Return exactly the span of lines in the following data that opens with the line containing "#132=CARTESIAN_POINT('',(0.,1.4605,8.7122));" and closes with the line containing "#161=FACE_BOUND('',#160,.T.);". Include nothing else.

• Material for the task:
== Segment start ==
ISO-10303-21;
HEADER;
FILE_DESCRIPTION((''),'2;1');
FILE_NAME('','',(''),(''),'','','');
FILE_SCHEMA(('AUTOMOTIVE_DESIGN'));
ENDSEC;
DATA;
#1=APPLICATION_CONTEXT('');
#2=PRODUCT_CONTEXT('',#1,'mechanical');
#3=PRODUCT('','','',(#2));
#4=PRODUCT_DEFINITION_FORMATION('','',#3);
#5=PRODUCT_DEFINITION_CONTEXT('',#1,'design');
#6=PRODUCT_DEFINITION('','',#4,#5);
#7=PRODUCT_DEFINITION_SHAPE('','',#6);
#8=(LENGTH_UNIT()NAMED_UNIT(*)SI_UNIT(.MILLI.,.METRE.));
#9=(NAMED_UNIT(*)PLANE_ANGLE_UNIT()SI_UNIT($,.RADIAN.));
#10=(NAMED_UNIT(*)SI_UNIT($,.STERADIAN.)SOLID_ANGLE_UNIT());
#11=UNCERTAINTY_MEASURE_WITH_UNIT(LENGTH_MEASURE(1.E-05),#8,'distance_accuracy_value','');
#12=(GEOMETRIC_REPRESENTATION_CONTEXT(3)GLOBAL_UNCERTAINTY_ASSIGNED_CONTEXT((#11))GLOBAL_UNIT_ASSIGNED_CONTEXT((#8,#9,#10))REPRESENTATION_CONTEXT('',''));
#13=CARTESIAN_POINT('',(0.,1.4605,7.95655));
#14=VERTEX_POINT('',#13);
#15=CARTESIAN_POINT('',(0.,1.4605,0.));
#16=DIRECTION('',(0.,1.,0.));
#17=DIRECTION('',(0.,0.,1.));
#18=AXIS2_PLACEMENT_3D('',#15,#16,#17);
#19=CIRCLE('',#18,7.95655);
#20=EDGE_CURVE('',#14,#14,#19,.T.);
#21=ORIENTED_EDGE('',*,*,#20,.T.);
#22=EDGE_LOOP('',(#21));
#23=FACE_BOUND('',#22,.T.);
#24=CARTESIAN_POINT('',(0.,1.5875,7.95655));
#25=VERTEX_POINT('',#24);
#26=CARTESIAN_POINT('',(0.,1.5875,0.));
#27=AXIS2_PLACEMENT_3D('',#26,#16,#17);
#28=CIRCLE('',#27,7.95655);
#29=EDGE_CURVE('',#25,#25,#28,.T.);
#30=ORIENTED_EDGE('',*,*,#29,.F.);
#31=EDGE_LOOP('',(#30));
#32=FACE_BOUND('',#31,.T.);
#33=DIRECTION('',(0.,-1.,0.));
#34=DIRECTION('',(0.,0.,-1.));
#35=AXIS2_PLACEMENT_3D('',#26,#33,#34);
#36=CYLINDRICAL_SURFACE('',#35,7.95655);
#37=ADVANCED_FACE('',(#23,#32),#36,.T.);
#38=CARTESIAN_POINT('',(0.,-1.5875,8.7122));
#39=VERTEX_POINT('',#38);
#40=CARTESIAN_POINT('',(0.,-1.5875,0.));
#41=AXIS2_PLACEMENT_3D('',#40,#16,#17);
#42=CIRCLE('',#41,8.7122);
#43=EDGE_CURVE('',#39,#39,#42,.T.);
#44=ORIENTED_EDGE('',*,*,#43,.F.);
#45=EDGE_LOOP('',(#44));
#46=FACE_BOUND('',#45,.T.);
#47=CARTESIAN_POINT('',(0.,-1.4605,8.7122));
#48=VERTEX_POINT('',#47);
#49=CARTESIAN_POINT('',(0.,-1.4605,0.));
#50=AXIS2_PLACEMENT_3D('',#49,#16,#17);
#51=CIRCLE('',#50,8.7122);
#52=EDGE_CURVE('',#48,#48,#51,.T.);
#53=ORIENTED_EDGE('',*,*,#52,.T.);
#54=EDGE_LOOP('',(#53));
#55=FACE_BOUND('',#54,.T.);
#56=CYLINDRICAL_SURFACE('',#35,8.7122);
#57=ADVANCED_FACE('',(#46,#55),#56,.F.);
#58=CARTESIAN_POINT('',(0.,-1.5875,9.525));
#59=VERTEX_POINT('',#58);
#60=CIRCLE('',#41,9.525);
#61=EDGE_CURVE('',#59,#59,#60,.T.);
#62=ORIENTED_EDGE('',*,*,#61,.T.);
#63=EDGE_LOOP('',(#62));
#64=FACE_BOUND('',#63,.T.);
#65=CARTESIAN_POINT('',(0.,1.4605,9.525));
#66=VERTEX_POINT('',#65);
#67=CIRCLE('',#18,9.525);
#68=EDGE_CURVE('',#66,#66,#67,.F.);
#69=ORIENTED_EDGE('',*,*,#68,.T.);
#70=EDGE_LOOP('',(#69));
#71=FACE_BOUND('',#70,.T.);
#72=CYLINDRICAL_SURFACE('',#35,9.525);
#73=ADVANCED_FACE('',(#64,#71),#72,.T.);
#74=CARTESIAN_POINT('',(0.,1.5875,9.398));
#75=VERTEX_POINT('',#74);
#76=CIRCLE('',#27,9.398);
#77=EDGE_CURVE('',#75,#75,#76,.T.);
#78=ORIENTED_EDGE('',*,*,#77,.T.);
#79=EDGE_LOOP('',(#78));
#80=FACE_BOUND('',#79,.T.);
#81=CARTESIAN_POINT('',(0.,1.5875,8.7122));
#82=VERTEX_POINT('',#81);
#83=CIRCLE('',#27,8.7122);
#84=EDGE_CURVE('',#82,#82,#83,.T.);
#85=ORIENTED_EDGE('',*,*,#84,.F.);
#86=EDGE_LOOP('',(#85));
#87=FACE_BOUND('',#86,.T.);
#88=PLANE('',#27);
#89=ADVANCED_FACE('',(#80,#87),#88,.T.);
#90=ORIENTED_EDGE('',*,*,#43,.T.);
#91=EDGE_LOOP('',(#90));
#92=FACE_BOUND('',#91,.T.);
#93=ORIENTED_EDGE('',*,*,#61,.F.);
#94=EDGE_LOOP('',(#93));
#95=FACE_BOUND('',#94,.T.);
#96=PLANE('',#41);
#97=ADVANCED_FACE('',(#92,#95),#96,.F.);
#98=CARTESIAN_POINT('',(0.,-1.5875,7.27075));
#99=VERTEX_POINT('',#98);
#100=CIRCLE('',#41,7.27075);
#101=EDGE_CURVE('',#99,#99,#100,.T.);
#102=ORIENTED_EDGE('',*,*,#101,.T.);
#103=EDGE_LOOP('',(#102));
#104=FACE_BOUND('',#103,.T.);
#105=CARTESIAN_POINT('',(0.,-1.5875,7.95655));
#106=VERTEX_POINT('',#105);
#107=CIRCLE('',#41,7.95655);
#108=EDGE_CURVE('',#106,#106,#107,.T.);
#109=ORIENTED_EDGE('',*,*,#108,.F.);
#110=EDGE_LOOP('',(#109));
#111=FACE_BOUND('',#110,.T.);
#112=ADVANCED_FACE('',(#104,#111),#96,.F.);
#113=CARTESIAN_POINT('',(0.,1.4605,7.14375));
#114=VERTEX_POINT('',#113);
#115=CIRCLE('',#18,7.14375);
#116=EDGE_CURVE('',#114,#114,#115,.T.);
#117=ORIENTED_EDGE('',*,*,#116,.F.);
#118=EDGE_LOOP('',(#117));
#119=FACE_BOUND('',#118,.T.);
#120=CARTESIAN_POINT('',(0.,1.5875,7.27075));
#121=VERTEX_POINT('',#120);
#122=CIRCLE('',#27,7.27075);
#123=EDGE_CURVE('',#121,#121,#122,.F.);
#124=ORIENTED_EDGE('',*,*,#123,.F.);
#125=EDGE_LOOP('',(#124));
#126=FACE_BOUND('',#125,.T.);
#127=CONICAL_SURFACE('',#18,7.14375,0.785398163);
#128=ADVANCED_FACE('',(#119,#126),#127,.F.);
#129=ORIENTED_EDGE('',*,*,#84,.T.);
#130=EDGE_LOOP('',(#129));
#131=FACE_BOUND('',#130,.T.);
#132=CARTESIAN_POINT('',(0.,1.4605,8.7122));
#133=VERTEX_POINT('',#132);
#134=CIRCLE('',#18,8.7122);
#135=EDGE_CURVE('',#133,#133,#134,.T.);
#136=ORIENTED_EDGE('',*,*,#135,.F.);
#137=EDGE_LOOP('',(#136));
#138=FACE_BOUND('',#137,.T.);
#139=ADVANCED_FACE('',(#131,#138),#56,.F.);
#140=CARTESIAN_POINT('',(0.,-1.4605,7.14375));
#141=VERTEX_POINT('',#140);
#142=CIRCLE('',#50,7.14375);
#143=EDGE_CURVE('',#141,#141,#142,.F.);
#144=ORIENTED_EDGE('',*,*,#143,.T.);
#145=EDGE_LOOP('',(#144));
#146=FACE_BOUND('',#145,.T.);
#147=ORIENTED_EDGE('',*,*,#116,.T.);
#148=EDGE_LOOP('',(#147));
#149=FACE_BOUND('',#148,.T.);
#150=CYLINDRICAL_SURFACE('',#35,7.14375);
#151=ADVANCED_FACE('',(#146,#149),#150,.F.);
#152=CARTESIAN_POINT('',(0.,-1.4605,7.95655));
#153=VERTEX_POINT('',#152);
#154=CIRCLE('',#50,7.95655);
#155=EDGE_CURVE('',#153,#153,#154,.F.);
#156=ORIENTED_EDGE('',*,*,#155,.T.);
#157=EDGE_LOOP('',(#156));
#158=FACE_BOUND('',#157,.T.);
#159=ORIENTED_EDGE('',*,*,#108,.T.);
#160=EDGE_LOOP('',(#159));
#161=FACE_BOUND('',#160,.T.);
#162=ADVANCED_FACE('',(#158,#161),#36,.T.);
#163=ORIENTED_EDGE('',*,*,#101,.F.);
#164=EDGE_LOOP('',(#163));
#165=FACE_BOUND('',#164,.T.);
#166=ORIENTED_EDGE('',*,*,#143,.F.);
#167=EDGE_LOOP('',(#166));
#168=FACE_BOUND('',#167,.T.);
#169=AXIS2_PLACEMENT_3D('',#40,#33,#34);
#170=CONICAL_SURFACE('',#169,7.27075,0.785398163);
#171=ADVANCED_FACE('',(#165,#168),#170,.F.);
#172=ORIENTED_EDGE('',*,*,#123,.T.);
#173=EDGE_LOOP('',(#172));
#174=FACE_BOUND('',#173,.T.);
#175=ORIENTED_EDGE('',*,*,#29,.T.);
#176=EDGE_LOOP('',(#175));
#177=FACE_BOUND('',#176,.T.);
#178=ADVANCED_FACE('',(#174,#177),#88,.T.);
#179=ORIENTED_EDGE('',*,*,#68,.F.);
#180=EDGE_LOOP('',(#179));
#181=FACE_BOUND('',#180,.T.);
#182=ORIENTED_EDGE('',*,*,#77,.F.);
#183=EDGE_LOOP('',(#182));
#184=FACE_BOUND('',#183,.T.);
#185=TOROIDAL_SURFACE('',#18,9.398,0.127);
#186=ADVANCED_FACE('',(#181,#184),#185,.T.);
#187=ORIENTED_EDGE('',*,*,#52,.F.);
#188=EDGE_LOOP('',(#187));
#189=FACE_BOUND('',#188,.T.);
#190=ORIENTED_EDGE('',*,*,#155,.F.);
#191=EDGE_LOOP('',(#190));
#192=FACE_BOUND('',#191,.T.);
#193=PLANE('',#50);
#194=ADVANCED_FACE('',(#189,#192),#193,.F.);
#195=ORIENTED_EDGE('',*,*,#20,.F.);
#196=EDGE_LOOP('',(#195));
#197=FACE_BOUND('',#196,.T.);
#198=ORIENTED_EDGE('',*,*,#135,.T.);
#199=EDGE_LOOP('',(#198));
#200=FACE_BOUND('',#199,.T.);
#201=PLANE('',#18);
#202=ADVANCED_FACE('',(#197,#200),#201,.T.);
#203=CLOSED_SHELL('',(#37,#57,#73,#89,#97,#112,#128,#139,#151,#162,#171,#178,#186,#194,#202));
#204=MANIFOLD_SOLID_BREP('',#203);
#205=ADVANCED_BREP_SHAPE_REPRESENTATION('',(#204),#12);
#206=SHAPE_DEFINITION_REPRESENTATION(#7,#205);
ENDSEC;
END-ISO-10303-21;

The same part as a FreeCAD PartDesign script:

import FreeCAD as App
import Part
import Sketcher
Q = App.Units.Quantity


def edges_at(feature, points):
    """Names of the edges that pass closest to the given points."""
    edges = feature.Shape.Edges
    near = lambda p: min(range(len(edges)), key=lambda i: edges[i].distToShape(Part.Vertex(*p))[0])
    return sorted({f"Edge{near(p) + 1}" for p in points})

doc = App.newDocument("Part")
body = doc.addObject("PartDesign::Body", "Body")

# Sketch on XZ plane
sketch1 = doc.addObject("Sketcher::SketchObject", "Sketch")
body.addObject(sketch1)
sketch1.AttachmentSupport = (doc.XZ_Plane, [""])
sketch1.MapMode = "FlatFace"
sketch1.addGeometry([
    Part.Circle(App.Vector(0, 0, 0), App.Vector(0, 0, 1), 10),
    Part.Circle(App.Vector(0, 0, 0), App.Vector(0, 0, 1), 9),
], False)
sketch1.addConstraint([
    Sketcher.Constraint("Coincident", 0, 3, -1, 1),
    Sketcher.Constraint("Coincident", 1, 3, -1, 1),
    Sketcher.Constraint("Diameter", 0, Q("0.75 in")),
    Sketcher.Constraint("Diameter", 1, Q("0.686 in")),
])
pad1 = doc.addObject("PartDesign::Pad", "Pad")
body.addObject(pad1)
pad1.Profile = sketch1
pad1.Length = Q("0.125 in")
pad1.Midplane = True
doc.recompute()

fillet = doc.addObject("PartDesign::Fillet", "Fillet")
body.addObject(fillet)
fillet.Base = (pad1, edges_at(pad1, [(0, 1.587, -9.525)]))
fillet.Radius = Q("0.005 in")
body2 = doc.addObject("PartDesign::Body", "Body001")

# Sketch on XZ plane
sketch2 = doc.addObject("Sketcher::SketchObject", "Sketch001")
body2.addObject(sketch2)
sketch2.AttachmentSupport = (doc.getObject("XZ_Plane001"), [""])
sketch2.MapMode = "FlatFace"
sketch2.addGeometry([
    Part.Circle(App.Vector(0, 0, 0), App.Vector(0, 0, 1), 8),
    Part.Circle(App.Vector(0, 0, 0), App.Vector(0, 0, 1), 7),
], False)
sketch2.addConstraint([
    Sketcher.Constraint("Coincident", 0, 3, -1, 1),
    Sketcher.Constraint("Coincident", 1, 3, -1, 1),
    Sketcher.Constraint("Diameter", 1, Q("0.5625 in")),
    Sketcher.Constraint("Diameter", 0, Q("0.6265 in")),
])
pad2 = doc.addObject("PartDesign::Pad", "Pad001")
body2.addObject(pad2)
pad2.Profile = sketch2
pad2.Length = Q("0.125 in")
pad2.Midplane = True
doc.recompute()

chamfer = doc.addObject("PartDesign::Chamfer", "Chamfer")
body2.addObject(chamfer)
chamfer.Base = (pad2, edges_at(pad2, [(0, -1.587, -7.144), (0, 1.587, -7.144)]))
chamfer.Size = Q("0.005 in")
body.AllowCompound = True
doc.recompute()

boolean = doc.addObject("PartDesign::Boolean", "Boolean")
body.addObject(boolean)
boolean.Type = "Fuse"
boolean.addObjects([body2])

# Sketch on XZ plane
sketch3 = doc.addObject("Sketcher::SketchObject", "Sketch002")
body.addObject(sketch3)
sketch3.AttachmentSupport = (doc.XZ_Plane, [""])
sketch3.MapMode = "FlatFace"
sketch3.addGeometry([
    Part.Circle(App.Vector(0, 0, 0), App.Vector(0, 0, 1), 9),
    Part.Circle(App.Vector(0, 0, 0), App.Vector(0, 0, 1), 8),
], False)
sketch3.addConstraint([
    Sketcher.Constraint("Coincident", 0, 3, -1, 1),
    Sketcher.Constraint("Coincident", 1, 3, -1, 1),
    Sketcher.Constraint("Diameter", 0, Q("0.686 in")),
    Sketcher.Constraint("Diameter", 1, Q("0.6265 in")),
])
pad3 = doc.addObject("PartDesign::Pad", "Pad002")
body.addObject(pad3)
pad3.Profile = sketch3
pad3.Length = Q("0.115 in")
pad3.Midplane = True

doc.recompute()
== Segment end ==
• Response to the exercise:
#132=CARTESIAN_POINT('',(0.,1.4605,8.7122));
#133=VERTEX_POINT('',#132);
#134=CIRCLE('',#18,8.7122);
#135=EDGE_CURVE('',#133,#133,#134,.T.);
#136=ORIENTED_EDGE('',*,*,#135,.F.);
#137=EDGE_LOOP('',(#136));
#138=FACE_BOUND('',#137,.T.);
#139=ADVANCED_FACE('',(#131,#138),#56,.F.);
#140=CARTESIAN_POINT('',(0.,-1.4605,7.14375));
#141=VERTEX_POINT('',#140);
#142=CIRCLE('',#50,7.14375);
#143=EDGE_CURVE('',#141,#141,#142,.F.);
#144=ORIENTED_EDGE('',*,*,#143,.T.);
#145=EDGE_LOOP('',(#144));
#146=FACE_BOUND('',#145,.T.);
#147=ORIENTED_EDGE('',*,*,#116,.T.);
#148=EDGE_LOOP('',(#147));
#149=FACE_BOUND('',#148,.T.);
#150=CYLINDRICAL_SURFACE('',#35,7.14375);
#151=ADVANCED_FACE('',(#146,#149),#150,.F.);
#152=CARTESIAN_POINT('',(0.,-1.4605,7.95655));
#153=VERTEX_POINT('',#152);
#154=CIRCLE('',#50,7.95655);
#155=EDGE_CURVE('',#153,#153,#154,.F.);
#156=ORIENTED_EDGE('',*,*,#155,.T.);
#157=EDGE_LOOP('',(#156));
#158=FACE_BOUND('',#157,.T.);
#159=ORIENTED_EDGE('',*,*,#108,.T.);
#160=EDGE_LOOP('',(#159));
#161=FACE_BOUND('',#160,.T.);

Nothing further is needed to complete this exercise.